◆ Activity: This exercise calls for the line with "f 10 50 105", the line with "f 124 123 119", and all lines between them in the material below, output exactly and with no other lines.

++++++++++

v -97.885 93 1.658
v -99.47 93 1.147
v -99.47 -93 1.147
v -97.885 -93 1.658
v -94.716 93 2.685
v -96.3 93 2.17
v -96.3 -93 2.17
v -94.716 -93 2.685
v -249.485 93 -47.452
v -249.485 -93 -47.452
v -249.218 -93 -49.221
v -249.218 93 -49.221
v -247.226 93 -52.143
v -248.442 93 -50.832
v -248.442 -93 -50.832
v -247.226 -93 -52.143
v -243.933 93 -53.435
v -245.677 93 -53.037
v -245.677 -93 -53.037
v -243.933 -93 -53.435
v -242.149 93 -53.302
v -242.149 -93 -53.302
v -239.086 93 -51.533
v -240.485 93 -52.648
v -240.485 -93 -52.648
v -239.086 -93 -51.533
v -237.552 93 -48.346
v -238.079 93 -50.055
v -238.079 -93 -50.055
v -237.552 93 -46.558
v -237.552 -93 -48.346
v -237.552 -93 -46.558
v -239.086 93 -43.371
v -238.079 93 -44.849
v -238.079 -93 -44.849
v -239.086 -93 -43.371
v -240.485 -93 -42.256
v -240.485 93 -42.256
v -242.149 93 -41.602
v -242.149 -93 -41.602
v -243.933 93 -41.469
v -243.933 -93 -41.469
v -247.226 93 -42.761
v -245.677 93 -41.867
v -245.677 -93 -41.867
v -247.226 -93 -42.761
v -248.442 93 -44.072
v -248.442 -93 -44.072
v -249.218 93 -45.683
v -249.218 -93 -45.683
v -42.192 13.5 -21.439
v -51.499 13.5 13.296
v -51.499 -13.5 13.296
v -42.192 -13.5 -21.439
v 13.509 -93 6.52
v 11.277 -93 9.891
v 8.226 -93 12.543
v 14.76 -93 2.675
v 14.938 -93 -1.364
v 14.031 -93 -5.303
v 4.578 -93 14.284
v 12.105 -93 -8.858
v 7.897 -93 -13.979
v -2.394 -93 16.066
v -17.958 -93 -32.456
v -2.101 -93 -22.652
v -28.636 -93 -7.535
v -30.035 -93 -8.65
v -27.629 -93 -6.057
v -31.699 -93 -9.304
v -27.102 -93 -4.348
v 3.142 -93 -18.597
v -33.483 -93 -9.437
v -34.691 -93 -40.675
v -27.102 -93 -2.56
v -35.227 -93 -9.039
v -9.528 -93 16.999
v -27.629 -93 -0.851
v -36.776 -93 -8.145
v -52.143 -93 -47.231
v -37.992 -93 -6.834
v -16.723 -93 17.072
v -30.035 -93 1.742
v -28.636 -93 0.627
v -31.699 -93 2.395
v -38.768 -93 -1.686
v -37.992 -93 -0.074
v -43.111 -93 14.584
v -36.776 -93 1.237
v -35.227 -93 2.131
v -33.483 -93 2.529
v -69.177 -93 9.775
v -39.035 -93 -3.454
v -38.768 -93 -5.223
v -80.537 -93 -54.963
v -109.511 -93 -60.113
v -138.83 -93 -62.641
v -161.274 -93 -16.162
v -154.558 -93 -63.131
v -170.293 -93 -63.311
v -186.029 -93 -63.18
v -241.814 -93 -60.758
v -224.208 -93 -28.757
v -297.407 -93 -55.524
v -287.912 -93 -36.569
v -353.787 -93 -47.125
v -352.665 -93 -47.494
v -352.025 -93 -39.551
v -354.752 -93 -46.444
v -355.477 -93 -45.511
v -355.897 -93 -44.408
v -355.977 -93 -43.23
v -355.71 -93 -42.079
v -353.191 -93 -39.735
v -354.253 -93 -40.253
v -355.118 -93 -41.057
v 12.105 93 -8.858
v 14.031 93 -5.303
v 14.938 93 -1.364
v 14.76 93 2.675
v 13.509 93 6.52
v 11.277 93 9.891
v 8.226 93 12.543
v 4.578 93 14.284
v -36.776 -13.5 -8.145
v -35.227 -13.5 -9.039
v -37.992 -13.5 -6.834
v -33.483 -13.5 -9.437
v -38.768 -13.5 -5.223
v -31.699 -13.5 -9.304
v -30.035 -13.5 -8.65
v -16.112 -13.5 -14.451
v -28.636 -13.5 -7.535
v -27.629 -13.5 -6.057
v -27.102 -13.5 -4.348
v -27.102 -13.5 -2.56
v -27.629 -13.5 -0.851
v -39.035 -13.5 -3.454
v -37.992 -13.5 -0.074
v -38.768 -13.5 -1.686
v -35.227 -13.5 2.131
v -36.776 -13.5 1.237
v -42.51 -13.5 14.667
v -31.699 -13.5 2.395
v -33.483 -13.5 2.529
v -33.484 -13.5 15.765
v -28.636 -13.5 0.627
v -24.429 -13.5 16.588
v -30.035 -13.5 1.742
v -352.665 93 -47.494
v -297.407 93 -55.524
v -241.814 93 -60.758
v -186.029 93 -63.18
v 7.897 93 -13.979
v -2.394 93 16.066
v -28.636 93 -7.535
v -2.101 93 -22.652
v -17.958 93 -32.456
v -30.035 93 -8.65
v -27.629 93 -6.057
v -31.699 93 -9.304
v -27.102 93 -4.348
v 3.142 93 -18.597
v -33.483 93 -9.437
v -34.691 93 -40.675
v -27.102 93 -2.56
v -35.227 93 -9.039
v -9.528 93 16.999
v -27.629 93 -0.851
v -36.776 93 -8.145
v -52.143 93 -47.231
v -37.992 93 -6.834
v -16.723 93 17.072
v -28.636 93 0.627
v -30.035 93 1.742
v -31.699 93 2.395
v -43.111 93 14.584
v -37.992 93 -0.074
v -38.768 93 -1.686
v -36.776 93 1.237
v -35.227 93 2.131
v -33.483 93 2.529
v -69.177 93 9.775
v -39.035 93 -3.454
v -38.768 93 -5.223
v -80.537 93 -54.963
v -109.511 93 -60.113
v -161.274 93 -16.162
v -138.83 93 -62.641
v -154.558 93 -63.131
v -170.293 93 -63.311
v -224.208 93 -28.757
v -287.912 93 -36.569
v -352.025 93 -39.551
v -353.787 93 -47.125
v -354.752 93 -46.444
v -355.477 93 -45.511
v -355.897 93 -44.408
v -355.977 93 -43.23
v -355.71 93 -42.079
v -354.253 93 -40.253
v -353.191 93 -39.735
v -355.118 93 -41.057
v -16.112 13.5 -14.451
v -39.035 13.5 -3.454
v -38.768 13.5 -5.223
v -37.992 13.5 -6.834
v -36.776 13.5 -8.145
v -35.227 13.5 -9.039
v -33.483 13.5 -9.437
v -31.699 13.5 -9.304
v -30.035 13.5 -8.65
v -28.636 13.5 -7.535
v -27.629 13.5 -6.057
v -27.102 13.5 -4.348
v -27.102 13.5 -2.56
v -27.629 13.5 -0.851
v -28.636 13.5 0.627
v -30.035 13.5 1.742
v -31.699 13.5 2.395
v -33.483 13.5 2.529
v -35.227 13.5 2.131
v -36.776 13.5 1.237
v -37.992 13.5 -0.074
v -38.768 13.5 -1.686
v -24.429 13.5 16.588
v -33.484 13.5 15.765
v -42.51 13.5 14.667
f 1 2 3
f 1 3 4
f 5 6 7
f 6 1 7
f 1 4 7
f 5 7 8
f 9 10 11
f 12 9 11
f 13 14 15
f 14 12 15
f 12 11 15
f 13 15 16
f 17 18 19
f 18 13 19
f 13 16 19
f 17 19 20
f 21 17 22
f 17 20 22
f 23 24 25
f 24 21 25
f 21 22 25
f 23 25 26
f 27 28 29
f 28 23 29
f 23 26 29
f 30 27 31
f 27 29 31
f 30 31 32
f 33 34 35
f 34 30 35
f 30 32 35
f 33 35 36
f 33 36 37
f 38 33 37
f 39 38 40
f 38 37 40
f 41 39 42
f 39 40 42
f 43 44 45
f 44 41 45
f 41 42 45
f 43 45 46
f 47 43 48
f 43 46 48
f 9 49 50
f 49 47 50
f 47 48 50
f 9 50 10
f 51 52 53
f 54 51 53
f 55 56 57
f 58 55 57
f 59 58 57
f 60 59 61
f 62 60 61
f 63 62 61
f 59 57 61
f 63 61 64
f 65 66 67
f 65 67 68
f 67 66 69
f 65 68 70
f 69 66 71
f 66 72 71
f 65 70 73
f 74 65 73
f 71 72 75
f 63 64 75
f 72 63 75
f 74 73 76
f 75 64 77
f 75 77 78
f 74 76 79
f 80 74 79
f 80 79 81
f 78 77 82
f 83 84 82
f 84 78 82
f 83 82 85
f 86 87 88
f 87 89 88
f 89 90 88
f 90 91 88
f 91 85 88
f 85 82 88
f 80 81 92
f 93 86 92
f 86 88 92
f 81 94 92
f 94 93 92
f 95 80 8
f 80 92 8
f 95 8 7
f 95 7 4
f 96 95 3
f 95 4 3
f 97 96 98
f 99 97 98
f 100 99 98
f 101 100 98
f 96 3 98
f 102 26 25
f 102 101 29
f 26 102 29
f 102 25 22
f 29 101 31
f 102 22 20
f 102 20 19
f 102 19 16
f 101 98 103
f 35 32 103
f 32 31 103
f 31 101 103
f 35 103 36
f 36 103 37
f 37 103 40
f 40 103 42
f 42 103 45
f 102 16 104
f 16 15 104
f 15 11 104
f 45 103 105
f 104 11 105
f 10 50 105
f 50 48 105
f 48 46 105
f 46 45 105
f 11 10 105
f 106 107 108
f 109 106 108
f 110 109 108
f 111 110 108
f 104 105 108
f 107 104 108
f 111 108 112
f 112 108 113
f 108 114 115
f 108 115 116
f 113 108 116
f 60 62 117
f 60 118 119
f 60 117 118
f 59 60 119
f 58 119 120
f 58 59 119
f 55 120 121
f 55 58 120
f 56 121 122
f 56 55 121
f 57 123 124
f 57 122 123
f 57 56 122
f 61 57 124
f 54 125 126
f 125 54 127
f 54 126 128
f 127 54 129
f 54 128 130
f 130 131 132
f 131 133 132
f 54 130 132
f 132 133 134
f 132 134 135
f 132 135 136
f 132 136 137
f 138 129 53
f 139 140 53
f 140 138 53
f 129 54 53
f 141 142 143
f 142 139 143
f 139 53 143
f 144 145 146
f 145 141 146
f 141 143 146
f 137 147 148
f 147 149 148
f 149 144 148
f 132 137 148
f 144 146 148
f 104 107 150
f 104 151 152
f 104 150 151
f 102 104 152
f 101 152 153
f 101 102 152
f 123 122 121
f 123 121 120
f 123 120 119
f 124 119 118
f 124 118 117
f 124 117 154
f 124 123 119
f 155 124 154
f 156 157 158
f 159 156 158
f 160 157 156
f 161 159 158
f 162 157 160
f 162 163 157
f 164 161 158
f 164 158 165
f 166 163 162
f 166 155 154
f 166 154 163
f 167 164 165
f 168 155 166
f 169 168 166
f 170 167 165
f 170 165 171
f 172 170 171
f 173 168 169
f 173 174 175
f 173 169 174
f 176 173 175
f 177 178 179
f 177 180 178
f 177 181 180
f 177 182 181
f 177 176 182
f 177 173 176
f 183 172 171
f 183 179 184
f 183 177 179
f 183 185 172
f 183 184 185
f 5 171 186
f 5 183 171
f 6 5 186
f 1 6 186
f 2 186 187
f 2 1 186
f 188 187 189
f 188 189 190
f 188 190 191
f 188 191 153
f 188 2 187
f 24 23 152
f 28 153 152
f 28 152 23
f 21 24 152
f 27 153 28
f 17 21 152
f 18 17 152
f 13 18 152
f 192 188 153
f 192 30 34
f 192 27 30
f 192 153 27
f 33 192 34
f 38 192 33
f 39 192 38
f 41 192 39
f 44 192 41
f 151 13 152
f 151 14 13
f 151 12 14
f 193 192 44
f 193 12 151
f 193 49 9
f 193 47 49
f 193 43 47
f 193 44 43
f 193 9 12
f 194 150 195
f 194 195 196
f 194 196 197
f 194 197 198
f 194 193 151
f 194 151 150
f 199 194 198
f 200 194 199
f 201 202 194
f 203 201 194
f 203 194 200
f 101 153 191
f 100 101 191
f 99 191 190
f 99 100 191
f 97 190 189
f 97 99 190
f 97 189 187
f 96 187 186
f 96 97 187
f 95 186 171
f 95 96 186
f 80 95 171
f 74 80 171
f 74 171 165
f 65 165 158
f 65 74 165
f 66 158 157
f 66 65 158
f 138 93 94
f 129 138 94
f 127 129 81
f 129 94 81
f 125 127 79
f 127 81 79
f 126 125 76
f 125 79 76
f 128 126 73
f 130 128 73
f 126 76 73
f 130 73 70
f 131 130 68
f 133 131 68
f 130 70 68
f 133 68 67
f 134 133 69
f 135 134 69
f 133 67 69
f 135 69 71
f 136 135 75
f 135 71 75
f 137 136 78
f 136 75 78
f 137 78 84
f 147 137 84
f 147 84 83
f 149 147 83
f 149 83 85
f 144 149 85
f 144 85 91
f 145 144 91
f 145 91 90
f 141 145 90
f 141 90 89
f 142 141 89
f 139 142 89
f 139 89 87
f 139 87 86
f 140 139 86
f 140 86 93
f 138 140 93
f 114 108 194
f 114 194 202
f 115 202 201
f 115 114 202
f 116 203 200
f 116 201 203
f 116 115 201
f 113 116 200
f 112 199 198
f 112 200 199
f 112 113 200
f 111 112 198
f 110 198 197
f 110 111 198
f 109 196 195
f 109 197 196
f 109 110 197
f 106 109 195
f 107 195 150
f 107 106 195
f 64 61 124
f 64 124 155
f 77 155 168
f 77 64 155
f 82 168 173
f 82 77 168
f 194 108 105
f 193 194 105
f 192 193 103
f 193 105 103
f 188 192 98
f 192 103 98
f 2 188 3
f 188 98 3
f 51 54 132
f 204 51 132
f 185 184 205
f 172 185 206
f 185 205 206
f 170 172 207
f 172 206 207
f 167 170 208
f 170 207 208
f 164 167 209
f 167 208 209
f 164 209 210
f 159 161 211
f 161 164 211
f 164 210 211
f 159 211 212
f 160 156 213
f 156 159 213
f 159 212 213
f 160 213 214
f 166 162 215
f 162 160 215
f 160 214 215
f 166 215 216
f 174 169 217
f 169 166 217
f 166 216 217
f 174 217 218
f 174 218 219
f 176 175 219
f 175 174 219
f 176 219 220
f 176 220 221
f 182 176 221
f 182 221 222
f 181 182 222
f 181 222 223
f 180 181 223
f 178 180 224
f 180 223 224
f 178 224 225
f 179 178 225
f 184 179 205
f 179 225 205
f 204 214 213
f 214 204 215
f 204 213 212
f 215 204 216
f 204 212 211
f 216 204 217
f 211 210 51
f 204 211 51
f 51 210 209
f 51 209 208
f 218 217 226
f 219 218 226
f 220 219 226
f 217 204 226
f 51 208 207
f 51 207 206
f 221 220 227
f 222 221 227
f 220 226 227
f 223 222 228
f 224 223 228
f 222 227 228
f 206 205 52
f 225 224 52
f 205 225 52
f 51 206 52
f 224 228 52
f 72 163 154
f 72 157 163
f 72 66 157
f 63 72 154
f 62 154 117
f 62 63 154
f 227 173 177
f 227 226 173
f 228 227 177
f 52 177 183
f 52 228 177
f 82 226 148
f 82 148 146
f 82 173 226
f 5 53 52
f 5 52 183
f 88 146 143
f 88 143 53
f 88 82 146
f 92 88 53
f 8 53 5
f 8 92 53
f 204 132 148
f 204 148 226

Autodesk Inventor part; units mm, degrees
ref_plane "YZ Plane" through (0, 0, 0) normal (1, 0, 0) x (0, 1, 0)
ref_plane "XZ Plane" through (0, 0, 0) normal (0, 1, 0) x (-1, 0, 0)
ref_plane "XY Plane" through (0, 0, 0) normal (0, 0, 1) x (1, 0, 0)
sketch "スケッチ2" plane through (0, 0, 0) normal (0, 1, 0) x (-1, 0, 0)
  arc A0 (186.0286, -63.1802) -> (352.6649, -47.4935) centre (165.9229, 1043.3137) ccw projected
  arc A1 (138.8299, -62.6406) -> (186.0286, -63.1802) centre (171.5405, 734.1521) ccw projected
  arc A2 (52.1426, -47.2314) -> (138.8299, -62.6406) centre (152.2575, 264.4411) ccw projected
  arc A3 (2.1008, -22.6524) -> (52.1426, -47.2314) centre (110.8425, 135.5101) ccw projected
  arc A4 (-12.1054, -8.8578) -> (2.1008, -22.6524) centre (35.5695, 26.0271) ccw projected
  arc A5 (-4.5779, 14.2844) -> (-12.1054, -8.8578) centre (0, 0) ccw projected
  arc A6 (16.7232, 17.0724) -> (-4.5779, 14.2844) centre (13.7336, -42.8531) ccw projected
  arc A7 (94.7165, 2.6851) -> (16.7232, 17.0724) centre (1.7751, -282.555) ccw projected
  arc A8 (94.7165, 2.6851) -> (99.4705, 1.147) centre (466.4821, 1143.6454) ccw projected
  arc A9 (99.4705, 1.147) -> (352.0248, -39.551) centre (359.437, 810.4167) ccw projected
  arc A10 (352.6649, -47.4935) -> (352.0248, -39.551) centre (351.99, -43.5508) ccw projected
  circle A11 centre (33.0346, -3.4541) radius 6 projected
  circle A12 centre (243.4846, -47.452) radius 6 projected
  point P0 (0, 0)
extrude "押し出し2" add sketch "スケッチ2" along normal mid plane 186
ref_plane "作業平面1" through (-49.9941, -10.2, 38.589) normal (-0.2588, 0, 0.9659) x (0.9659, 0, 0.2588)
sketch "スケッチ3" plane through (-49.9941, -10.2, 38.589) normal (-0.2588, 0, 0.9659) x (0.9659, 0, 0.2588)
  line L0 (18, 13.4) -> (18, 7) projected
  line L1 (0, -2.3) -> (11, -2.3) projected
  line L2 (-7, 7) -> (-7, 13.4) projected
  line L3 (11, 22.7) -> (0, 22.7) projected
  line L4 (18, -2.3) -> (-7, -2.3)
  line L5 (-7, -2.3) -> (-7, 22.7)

++++++++++

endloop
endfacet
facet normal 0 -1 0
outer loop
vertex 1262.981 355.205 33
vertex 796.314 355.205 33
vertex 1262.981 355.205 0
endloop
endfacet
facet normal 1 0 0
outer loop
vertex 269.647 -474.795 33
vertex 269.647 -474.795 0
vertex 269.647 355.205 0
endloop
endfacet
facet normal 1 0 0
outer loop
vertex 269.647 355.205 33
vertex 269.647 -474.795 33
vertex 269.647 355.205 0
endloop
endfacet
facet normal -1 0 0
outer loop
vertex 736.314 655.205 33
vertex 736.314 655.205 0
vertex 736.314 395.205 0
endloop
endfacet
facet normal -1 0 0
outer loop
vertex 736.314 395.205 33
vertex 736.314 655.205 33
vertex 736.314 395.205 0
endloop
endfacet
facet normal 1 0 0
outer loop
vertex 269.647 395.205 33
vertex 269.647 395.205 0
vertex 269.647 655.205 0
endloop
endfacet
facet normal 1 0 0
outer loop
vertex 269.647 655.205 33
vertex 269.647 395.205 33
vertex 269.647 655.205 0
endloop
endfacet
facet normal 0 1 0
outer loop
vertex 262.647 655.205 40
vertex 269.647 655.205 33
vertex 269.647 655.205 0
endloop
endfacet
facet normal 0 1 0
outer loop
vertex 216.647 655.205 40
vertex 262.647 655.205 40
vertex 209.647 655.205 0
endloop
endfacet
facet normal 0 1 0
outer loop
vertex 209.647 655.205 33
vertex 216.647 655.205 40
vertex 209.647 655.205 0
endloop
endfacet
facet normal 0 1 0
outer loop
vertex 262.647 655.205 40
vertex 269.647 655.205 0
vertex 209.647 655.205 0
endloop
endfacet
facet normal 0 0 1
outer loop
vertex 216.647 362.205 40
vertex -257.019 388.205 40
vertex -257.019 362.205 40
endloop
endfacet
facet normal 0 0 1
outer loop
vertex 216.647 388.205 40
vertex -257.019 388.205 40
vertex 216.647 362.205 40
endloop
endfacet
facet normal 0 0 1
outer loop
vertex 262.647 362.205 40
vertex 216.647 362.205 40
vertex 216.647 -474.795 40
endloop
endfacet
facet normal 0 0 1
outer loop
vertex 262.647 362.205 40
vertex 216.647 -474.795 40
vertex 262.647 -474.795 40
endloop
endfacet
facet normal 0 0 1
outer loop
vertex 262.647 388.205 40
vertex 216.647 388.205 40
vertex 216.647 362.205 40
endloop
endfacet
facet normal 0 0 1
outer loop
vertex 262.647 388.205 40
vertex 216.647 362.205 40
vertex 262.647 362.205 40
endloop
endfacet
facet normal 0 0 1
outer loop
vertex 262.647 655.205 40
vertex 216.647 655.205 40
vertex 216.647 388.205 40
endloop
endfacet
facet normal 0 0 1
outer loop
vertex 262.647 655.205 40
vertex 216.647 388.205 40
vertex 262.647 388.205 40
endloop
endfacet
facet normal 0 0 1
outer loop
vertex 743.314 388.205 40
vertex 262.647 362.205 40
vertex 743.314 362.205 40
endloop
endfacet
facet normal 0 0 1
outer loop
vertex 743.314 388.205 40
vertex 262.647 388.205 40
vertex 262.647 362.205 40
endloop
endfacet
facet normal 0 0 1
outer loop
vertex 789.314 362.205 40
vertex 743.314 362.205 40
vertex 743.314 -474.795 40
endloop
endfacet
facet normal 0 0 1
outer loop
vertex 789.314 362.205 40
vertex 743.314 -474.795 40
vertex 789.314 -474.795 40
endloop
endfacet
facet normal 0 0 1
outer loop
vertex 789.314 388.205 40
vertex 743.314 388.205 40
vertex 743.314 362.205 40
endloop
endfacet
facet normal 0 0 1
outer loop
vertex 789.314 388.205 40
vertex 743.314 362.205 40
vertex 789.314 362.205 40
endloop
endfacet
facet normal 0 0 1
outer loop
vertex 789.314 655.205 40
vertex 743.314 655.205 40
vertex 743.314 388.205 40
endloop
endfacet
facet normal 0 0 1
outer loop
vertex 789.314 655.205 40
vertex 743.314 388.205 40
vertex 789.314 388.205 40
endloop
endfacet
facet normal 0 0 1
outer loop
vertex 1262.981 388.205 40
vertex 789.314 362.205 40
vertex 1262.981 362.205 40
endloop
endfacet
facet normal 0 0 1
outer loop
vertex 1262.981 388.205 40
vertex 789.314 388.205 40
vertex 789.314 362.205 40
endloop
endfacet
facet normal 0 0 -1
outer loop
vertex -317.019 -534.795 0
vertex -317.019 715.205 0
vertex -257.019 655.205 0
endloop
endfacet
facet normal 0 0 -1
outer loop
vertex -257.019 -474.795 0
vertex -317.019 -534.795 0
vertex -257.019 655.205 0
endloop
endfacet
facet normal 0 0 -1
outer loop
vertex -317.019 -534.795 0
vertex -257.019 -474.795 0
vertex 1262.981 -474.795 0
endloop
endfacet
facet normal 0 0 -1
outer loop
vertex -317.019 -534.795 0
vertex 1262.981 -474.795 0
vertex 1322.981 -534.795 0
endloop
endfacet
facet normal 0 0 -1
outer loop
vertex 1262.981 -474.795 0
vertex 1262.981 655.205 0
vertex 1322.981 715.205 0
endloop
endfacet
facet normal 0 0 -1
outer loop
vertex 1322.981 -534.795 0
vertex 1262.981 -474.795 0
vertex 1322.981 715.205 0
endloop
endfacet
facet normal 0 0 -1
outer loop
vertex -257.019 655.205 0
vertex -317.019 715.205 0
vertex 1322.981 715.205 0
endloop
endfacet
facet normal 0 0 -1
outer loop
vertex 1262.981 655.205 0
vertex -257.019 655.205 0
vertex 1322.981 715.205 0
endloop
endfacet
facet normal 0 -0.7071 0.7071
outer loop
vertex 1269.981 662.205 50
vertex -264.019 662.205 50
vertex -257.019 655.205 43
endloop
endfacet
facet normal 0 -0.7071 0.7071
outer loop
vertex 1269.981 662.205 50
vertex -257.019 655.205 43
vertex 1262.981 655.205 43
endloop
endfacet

++++++++++

◆ Your solution:
f 10 50 105
f 50 48 105
f 48 46 105
f 46 45 105
f 11 10 105
f 106 107 108
f 109 106 108
f 110 109 108
f 111 110 108
f 104 105 108
f 107 104 108
f 111 108 112
f 112 108 113
f 108 114 115
f 108 115 116
f 113 108 116
f 60 62 117
f 60 118 119
f 60 117 118
f 59 60 119
f 58 119 120
f 58 59 119
f 55 120 121
f 55 58 120
f 56 121 122
f 56 55 121
f 57 123 124
f 57 122 123
f 57 56 122
f 61 57 124
f 54 125 126
f 125 54 127
f 54 126 128
f 127 54 129
f 54 128 130
f 130 131 132
f 131 133 132
f 54 130 132
f 132 133 134
f 132 134 135
f 132 135 136
f 132 136 137
f 138 129 53
f 139 140 53
f 140 138 53
f 129 54 53
f 141 142 143
f 142 139 143
f 139 53 143
f 144 145 146
f 145 141 146
f 141 143 146
f 137 147 148
f 147 149 148
f 149 144 148
f 132 137 148
f 144 146 148
f 104 107 150
f 104 151 152
f 104 150 151
f 102 104 152
f 101 152 153
f 101 102 152
f 123 122 121
f 123 121 120
f 123 120 119
f 124 119 118
f 124 118 117
f 124 117 154
f 124 123 119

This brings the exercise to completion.